__The problem__
Reproduce exactly, and only, the lines below from the one containing "f 178 177 258" through the one containing "f 159 245 248".

__Given entries__
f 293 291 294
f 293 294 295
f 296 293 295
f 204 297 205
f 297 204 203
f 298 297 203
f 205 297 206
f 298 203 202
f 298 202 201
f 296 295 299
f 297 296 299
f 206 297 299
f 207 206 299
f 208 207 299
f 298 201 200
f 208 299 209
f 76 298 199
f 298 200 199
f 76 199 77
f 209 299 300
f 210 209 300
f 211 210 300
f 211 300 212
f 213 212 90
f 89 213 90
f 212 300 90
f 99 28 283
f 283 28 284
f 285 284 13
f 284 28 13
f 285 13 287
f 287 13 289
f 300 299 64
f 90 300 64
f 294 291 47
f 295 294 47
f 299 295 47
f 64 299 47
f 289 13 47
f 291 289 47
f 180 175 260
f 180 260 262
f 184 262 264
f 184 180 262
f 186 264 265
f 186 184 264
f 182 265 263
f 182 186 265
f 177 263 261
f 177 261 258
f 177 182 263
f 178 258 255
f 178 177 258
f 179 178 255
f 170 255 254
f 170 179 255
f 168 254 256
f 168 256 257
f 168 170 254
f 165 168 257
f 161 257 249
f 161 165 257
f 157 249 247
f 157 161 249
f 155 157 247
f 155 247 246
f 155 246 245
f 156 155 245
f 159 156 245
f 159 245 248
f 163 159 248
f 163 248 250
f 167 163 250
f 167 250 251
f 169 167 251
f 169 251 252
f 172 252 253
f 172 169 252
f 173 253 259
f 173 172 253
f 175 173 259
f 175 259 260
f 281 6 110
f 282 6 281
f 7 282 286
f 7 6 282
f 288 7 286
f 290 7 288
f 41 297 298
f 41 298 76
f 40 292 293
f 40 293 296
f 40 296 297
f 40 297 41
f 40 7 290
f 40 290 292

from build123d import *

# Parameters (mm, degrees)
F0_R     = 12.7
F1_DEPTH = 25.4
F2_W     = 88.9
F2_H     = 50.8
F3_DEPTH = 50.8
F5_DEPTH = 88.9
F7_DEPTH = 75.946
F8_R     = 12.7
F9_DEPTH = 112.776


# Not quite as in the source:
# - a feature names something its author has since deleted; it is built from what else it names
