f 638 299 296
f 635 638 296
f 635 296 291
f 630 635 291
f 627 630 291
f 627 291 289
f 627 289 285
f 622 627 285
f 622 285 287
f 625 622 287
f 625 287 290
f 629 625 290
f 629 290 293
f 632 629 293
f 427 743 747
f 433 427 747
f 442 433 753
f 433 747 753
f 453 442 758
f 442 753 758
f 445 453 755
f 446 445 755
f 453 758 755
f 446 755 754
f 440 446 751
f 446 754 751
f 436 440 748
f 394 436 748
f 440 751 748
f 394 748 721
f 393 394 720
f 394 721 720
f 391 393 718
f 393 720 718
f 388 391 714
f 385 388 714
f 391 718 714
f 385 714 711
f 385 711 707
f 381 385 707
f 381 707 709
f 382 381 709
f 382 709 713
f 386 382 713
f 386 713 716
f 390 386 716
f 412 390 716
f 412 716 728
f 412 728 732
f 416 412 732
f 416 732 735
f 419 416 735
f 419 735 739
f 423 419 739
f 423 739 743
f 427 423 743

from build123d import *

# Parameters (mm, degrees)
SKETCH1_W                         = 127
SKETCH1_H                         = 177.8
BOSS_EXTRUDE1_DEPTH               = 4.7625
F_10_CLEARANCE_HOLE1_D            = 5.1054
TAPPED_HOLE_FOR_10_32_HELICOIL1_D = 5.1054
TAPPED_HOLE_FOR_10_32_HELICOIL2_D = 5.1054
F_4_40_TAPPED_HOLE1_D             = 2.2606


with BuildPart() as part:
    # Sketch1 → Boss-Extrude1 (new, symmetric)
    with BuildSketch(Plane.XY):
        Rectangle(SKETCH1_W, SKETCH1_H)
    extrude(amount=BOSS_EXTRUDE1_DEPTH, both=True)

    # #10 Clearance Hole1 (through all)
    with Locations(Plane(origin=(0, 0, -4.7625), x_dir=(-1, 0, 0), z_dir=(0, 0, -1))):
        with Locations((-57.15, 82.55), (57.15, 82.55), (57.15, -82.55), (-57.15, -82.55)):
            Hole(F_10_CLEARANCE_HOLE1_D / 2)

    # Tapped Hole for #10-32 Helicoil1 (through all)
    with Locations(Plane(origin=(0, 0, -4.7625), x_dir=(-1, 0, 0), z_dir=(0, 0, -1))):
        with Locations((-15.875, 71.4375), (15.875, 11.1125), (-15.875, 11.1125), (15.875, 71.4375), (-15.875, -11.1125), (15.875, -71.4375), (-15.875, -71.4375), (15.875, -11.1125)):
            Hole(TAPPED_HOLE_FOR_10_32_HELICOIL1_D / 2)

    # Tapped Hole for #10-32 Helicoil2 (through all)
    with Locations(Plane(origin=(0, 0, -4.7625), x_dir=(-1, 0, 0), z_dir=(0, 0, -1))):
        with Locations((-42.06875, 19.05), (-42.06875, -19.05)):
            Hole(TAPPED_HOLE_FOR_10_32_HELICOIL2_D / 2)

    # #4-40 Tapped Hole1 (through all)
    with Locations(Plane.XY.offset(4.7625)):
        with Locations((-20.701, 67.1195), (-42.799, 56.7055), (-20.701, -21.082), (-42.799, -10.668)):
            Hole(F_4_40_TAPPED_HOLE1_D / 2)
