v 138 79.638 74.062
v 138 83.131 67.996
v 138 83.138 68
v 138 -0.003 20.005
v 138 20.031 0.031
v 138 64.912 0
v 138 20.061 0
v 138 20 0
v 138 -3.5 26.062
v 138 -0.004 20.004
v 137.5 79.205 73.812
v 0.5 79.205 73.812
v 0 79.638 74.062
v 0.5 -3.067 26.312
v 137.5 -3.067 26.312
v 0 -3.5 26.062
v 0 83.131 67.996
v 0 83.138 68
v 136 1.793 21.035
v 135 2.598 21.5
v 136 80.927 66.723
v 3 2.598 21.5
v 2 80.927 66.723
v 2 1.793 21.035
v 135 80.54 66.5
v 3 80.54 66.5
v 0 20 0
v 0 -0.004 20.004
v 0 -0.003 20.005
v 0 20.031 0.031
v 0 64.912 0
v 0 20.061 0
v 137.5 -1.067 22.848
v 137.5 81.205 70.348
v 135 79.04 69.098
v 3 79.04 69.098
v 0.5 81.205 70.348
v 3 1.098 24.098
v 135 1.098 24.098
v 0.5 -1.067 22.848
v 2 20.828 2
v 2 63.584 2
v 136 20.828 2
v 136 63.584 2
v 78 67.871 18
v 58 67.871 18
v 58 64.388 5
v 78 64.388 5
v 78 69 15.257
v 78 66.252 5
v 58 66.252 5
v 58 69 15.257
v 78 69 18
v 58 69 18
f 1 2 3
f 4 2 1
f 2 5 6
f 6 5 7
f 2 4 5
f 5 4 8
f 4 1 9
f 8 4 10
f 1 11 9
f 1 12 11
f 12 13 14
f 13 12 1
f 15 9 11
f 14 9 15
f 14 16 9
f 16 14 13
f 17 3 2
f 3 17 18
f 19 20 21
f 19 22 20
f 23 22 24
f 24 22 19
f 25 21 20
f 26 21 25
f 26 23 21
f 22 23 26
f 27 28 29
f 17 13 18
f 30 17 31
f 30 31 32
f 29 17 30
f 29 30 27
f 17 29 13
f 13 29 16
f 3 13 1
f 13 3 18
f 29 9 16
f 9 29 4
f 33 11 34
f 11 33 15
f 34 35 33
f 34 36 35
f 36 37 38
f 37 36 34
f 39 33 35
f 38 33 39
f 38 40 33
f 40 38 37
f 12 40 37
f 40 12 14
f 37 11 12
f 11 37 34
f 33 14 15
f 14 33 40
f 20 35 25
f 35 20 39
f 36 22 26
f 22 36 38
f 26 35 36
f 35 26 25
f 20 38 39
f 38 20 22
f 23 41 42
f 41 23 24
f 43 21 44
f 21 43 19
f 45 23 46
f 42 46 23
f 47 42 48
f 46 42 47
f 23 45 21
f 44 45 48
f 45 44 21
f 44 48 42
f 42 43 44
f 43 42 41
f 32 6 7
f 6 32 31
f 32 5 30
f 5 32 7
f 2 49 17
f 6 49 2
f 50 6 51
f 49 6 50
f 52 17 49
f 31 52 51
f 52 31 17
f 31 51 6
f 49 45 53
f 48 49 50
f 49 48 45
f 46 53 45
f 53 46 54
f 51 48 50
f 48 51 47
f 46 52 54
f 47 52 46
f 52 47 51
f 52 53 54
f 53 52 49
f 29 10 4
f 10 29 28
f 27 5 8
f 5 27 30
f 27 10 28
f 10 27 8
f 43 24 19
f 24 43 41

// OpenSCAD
//translate([0,0,20])
//rotate([30,0,0])
//color("red")
//translate([0,3,4])
//#cube([136,94,1]);

//difference(){
//    
//    color("red")
//    cube([138,94,100]);
//    
//    translate([0,0,20])
//    rotate([30,0,0])
//    color("red")
//    translate([-1,3,+5])
//    cube([140,121,67]);
//    
//    translate([-1,81.8,73.7])
//    cube([140,14,10]);
//    
//    translate([0,0,20])
//    rotate([30,0,0])
//    translate([1,4,-8])
//    cube([136,94,23]);
//    
//    
//    translate([1,2,+2])
//    cube([136,87,61]);
//}
//



//#cube([136,94,1]);

a=5;

translate([0,0,20])
rotate([30,0,0])
difference(){
    
    cube([138,96,a+2]);
    
    translate([0.5,0.5,a-2])
    cube([137,95,a-0.9]);
    
    translate([3,3,-1])
    cube([132,90,a+1]);
}

// Parede da frente
translate([0,20.00,0])
rotate([45,0,0])
cube([138,2,28.29]);

// Paredes
difference(){
    
    union(){
        // Parede Esquerda
        rotate([30,0,0])
        translate([0,11,-52])
        cube([2,95,70]);
        
        // Parede Direita
        rotate([30,0,0])
        translate([136,11,-52])
        cube([2,95,70]);
        
        // Parede De Tras
        rotate([-15,0,0])
        translate([0,+60.9,15.2])
        cube([138,2,72]);
        
        // Chao
        rotate([0,0,0])
        translate([0,20,0])
        cube([137,47,2]);
    }
    
    // Corte da frente
    translate([-44,12,0])
    rotate([45,0,0])
    translate([40,-1.3,-8])
    cube([146,7,41]);
    
    // Corte de baixo
    translate([-10,-10,-100])
    cube([1000,1000,100]);
    
    // Corte de tras
    translate([-1,83.14,-1])
    cube([144,35.0,83]);
    
    // Corte de tras na diagonal
    rotate([-15,0,0])
    translate([-1,62.7,+9])
    cube([144,35.0,83]);
    
    // Buraco para cabo
    translate([58,59,5])
    cube([20, 10, 13]);
    
}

__Completed task__
f 178 177 258
f 179 178 255
f 170 255 254
f 170 179 255
f 168 254 256
f 168 256 257
f 168 170 254
f 165 168 257
f 161 257 249
f 161 165 257
f 157 249 247
f 157 161 249
f 155 157 247
f 155 247 246
f 155 246 245
f 156 155 245
f 159 156 245
f 159 245 248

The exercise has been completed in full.